Segment Start: Provided data

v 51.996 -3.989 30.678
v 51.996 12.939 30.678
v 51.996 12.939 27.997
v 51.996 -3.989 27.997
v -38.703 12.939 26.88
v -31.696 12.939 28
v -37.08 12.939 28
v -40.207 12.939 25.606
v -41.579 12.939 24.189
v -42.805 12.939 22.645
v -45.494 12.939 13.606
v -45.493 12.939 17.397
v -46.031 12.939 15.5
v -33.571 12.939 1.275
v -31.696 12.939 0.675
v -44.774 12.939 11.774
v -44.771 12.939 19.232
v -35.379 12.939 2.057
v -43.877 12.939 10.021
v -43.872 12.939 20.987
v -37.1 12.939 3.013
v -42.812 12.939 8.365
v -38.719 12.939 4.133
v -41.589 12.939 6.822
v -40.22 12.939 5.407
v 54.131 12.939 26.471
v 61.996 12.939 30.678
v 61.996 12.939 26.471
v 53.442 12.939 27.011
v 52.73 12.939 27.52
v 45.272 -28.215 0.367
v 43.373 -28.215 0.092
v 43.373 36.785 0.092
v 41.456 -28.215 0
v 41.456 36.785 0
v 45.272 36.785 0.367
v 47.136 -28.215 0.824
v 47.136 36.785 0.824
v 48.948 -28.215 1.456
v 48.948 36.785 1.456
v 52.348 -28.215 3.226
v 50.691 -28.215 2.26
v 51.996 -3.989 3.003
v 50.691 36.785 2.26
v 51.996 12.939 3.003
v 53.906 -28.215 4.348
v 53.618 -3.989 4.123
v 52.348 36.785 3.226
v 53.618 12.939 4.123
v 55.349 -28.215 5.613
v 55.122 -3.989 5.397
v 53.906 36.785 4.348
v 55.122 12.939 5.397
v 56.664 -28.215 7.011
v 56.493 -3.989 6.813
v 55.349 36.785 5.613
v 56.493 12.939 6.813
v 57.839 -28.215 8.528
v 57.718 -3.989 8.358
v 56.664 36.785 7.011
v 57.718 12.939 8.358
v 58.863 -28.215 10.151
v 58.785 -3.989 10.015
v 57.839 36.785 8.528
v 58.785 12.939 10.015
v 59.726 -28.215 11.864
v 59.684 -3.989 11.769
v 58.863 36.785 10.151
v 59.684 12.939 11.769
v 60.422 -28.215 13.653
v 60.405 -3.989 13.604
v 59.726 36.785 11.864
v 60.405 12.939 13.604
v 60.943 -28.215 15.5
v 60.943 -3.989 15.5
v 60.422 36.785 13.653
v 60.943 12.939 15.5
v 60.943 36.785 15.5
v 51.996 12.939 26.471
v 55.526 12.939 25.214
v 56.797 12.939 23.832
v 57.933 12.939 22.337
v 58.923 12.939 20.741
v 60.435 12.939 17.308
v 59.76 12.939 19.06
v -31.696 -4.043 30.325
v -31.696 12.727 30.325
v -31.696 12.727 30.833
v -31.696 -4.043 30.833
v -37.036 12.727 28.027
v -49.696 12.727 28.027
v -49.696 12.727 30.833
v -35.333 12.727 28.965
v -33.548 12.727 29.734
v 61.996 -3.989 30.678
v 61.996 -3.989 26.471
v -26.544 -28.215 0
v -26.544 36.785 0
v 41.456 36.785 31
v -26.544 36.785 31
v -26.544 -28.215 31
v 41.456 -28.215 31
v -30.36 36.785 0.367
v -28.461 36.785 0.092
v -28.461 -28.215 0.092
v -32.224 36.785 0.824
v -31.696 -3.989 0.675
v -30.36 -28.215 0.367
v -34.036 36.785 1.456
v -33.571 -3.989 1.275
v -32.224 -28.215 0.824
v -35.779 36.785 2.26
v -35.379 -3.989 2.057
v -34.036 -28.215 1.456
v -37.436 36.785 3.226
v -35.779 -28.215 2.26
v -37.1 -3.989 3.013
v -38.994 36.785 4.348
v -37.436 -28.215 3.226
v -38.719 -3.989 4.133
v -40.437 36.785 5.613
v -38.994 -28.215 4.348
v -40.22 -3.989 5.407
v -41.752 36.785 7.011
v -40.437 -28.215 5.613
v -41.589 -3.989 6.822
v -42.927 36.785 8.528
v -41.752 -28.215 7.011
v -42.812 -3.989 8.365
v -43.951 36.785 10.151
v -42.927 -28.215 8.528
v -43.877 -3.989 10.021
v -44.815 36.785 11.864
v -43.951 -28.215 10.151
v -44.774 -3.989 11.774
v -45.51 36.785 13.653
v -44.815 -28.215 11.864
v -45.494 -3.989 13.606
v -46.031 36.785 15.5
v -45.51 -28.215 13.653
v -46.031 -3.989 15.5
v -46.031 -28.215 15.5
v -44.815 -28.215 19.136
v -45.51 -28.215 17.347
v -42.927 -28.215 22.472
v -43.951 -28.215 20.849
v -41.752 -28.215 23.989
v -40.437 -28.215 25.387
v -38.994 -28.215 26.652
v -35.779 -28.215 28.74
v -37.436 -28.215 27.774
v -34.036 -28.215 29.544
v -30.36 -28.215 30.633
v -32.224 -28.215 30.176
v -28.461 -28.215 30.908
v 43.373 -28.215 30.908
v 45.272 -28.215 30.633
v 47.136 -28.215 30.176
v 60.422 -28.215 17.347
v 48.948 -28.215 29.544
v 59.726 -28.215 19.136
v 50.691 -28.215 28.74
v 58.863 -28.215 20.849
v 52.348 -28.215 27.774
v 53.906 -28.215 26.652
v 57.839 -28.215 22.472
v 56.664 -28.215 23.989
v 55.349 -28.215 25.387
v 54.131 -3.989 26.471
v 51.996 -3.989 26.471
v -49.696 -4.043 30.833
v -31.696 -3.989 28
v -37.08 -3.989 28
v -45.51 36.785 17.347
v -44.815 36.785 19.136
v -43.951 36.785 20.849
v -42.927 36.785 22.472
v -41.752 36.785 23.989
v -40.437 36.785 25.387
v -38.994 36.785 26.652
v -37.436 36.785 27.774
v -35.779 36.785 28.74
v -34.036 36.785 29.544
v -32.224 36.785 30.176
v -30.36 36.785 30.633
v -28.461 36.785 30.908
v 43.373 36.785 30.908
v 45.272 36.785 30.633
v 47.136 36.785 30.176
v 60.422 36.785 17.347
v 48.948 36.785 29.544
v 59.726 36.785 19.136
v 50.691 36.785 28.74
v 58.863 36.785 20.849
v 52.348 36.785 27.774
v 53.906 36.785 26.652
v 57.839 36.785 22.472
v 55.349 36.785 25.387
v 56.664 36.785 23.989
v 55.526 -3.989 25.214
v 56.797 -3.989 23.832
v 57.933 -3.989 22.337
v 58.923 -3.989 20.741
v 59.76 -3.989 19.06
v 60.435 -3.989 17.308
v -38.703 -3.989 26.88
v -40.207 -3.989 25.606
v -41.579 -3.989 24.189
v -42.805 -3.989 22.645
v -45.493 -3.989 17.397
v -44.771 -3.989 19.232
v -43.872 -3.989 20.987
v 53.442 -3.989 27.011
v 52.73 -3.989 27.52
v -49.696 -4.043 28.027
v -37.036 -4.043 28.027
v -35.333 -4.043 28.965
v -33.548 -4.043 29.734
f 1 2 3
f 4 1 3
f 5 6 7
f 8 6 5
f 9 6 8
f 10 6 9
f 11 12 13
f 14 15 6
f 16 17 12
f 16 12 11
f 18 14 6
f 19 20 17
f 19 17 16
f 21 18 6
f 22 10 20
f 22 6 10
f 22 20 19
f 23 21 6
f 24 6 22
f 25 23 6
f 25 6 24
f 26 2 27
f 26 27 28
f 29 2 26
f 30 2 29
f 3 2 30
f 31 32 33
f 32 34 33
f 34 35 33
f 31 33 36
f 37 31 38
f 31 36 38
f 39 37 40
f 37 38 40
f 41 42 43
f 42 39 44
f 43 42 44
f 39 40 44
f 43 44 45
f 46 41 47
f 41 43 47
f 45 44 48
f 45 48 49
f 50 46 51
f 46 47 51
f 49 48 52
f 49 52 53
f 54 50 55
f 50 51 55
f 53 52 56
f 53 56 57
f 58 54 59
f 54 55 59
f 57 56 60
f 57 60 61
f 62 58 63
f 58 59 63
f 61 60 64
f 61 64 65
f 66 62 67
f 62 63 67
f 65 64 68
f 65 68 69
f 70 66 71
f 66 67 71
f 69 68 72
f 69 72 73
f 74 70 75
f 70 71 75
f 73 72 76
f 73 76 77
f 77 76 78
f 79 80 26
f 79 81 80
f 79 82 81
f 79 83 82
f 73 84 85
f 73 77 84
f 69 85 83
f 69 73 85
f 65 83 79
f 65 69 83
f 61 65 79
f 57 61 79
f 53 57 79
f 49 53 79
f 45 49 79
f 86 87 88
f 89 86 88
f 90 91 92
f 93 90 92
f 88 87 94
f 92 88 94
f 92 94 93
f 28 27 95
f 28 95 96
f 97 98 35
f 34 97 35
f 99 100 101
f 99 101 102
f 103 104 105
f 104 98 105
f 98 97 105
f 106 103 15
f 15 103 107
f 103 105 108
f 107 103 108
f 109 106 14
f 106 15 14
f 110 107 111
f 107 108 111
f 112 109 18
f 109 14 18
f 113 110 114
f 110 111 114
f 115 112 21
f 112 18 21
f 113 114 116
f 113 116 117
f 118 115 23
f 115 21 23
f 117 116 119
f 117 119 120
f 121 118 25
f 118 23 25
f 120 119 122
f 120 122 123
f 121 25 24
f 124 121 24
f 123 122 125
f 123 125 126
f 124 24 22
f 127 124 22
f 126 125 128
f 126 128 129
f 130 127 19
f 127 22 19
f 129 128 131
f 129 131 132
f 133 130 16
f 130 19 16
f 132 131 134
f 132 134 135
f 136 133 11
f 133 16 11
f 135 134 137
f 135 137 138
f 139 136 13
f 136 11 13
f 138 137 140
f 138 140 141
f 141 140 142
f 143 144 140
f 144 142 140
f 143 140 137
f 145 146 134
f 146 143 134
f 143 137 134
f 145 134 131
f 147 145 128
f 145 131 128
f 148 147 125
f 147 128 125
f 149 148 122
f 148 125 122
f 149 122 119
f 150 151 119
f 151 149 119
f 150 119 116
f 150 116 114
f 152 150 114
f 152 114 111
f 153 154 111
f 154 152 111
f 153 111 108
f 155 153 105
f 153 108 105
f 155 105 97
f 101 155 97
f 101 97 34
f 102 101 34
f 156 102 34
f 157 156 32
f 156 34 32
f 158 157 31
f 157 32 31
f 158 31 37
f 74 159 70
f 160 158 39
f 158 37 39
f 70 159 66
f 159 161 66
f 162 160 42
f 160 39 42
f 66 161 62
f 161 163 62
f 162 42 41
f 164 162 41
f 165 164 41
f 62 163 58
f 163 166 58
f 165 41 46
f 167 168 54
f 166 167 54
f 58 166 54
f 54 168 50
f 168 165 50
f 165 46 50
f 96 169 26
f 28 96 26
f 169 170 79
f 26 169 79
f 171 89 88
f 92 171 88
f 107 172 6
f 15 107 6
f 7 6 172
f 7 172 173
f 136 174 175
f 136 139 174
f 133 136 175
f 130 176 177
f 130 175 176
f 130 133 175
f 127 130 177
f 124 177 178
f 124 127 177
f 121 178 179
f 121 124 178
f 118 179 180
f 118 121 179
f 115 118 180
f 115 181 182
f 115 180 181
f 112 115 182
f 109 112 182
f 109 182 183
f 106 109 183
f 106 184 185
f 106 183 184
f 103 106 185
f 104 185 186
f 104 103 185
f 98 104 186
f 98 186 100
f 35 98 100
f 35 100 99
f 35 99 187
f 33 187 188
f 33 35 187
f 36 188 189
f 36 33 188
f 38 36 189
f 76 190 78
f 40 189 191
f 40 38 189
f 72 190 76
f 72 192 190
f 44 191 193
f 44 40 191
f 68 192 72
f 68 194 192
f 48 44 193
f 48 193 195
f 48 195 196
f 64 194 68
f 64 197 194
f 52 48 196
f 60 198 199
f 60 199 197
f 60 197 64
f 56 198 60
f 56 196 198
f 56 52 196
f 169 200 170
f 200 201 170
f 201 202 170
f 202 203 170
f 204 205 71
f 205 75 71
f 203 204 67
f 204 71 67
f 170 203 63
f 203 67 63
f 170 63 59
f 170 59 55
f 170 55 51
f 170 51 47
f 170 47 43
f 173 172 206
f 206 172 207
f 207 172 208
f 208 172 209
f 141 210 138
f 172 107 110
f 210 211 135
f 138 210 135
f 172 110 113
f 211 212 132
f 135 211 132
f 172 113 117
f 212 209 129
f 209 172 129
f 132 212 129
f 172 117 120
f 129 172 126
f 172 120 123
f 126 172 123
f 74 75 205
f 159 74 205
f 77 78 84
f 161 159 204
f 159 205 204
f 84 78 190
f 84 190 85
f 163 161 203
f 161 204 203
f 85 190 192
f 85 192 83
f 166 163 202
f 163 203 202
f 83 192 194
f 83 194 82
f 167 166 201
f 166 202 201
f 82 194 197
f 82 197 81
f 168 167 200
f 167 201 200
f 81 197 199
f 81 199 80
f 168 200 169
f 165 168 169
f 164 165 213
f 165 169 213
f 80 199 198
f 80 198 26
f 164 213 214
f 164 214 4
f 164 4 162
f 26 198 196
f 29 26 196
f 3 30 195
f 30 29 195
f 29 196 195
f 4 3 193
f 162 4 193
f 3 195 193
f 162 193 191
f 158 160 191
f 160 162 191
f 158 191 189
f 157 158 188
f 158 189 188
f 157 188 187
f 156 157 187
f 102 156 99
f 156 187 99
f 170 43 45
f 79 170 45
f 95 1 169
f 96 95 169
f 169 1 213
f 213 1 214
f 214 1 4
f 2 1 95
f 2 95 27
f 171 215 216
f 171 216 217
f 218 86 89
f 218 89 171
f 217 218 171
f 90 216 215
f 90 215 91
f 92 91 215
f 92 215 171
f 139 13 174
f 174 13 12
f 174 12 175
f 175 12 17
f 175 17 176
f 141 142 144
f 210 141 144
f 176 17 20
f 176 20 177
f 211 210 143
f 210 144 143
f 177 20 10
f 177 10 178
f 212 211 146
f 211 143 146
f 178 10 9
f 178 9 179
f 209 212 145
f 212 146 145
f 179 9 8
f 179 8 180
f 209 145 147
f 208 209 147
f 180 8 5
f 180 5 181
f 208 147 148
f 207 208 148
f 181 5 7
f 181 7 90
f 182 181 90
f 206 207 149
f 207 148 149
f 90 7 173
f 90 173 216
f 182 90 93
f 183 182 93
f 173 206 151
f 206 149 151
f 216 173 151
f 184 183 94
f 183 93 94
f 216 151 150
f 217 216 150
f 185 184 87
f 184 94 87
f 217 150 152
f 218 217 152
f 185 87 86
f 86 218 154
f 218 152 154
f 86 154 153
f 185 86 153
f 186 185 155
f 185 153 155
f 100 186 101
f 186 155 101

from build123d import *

# Parameters (mm, degrees)
SKETCH1_W           = 108
SKETCH1_H           = 65
BOSS_EXTRUDE1_DEPTH = 31
FILLET1_R           = 20
SKETCH2_W           = 11.536276889
SKETCH2_H           = 16.92742392
SKETCH2_W_2         = 26.268605015
CUT_EXTRUDE1_DEPTH  = 28
SKETCH3_W           = 2.805413746
SKETCH3_H           = 16.76973244
BOSS_EXTRUDE2_DEPTH = 18
SKETCH4_W           = 4.207099317
SKETCH4_H           = 16.92742392
BOSS_EXTRUDE3_DEPTH = 10


with BuildPart() as part:
    # Sketch1 → Boss-Extrude1 (new body)
    with BuildSketch(Plane.XY):
        with Locations((7.455924682, 4.284519209)):
            Rectangle(SKETCH1_W, SKETCH1_H)
    extrude(amount=BOSS_EXTRUDE1_DEPTH)

    # Fillet1
    # the kernel refuses this fillet: 20 mm, written as the material it takes off along each edge
    with BuildSketch(Plane(origin=(61.455924682, 86.784519209, 0), x_dir=(0, 0, 1), z_dir=(0, -1, 0)), Plane(origin=(-46.544075318, -78.215480791, 0), x_dir=(0, 0, 1), z_dir=(0, 1, 0))) as fillet1_piece_1:
        with BuildLine():
            CenterArc((FILLET1_R, FILLET1_R), FILLET1_R, 180, 90)
            Line((0, FILLET1_R), (0, 0))
            Line((0, 0), (FILLET1_R, 0))
        make_face()
    extrude(amount=165, mode=Mode.SUBTRACT)
    with BuildSketch(Plane(origin=(61.455924682, 86.784519209, 31), x_dir=(0, 0, -1), z_dir=(0, -1, 0)), Plane(origin=(-46.544075318, -78.215480791, 31), x_dir=(0, 0, -1), z_dir=(0, 1, 0))) as fillet1_piece_2:
        with BuildLine():
            CenterArc((FILLET1_R, -FILLET1_R), FILLET1_R, 90, 90)
            Line((0, -FILLET1_R), (0, 0))
            Line((0, 0), (FILLET1_R, 0))
        make_face()
    extrude(amount=165, mode=Mode.SUBTRACT)

    # Sketch2 → Cut-Extrude1 (cut)
    with BuildSketch(Plane(origin=(0, 0, 0), x_dir=(-1, 0, 0), z_dir=(0, 0, -1))):
        with Locations((-57.764364891, 4.474974683)):
            Rectangle(SKETCH2_W, SKETCH2_H)
        with Locations((44.830685277, 4.474974683)):
            Rectangle(SKETCH2_W_2, SKETCH2_H)
    extrude(amount=-CUT_EXTRUDE1_DEPTH, mode=Mode.SUBTRACT)

    # Sketch3 → Boss-Extrude2 (add)
    with BuildSketch(Plane.ZY.offset(31.696382769)):
        with Locations((29.429796439, 4.342088928)):
            Rectangle(SKETCH3_W, SKETCH3_H)
    extrude(amount=BOSS_EXTRUDE2_DEPTH)

    # Sketch4 → Boss-Extrude3 (add)
    with BuildSketch(Plane(origin=(51.996226446, 0, 0), x_dir=(0, 0, -1), z_dir=(1, 0, 0))):
        with Locations((-28.574605447, 4.474974683)):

Segment End: Provided data

#### [What you are asked to do]
Your answer should consist solely of the lines above from the line with "f 117 119 120" to the line with "f 48 44 193", both included, reproduced exactly.

#### [Solved exercise]
f 117 119 120
f 121 118 25
f 118 23 25
f 120 119 122
f 120 122 123
f 121 25 24
f 124 121 24
f 123 122 125
f 123 125 126
f 124 24 22
f 127 124 22
f 126 125 128
f 126 128 129
f 130 127 19
f 127 22 19
f 129 128 131
f 129 131 132
f 133 130 16
f 130 19 16
f 132 131 134
f 132 134 135
f 136 133 11
f 133 16 11
f 135 134 137
f 135 137 138
f 139 136 13
f 136 11 13
f 138 137 140
f 138 140 141
f 141 140 142
f 143 144 140
f 144 142 140
f 143 140 137
f 145 146 134
f 146 143 134
f 143 137 134
f 145 134 131
f 147 145 128
f 145 131 128
f 148 147 125
f 147 128 125
f 149 148 122
f 148 125 122
f 149 122 119
f 150 151 119
f 151 149 119
f 150 119 116
f 150 116 114
f 152 150 114
f 152 114 111
f 153 154 111
f 154 152 111
f 153 111 108
f 155 153 105
f 153 108 105
f 155 105 97
f 101 155 97
f 101 97 34
f 102 101 34
f 156 102 34
f 157 156 32
f 156 34 32
f 158 157 31
f 157 32 31
f 158 31 37
f 74 159 70
f 160 158 39
f 158 37 39
f 70 159 66
f 159 161 66
f 162 160 42
f 160 39 42
f 66 161 62
f 161 163 62
f 162 42 41
f 164 162 41
f 165 164 41
f 62 163 58
f 163 166 58
f 165 41 46
f 167 168 54
f 166 167 54
f 58 166 54
f 54 168 50
f 168 165 50
f 165 46 50
f 96 169 26
f 28 96 26
f 169 170 79
f 26 169 79
f 171 89 88
f 92 171 88
f 107 172 6
f 15 107 6
f 7 6 172
f 7 172 173
f 136 174 175
f 136 139 174
f 133 136 175
f 130 176 177
f 130 175 176
f 130 133 175
f 127 130 177
f 124 177 178
f 124 127 177
f 121 178 179
f 121 124 178
f 118 179 180
f 118 121 179
f 115 118 180
f 115 181 182
f 115 180 181
f 112 115 182
f 109 112 182
f 109 182 183
f 106 109 183
f 106 184 185
f 106 183 184
f 103 106 185
f 104 185 186
f 104 103 185
f 98 104 186
f 98 186 100
f 35 98 100
f 35 100 99
f 35 99 187
f 33 187 188
f 33 35 187
f 36 188 189
f 36 33 188
f 38 36 189
f 76 190 78
f 40 189 191
f 40 38 189
f 72 190 76
f 72 192 190
f 44 191 193
f 44 40 191
f 68 192 72
f 68 194 192
f 48 44 193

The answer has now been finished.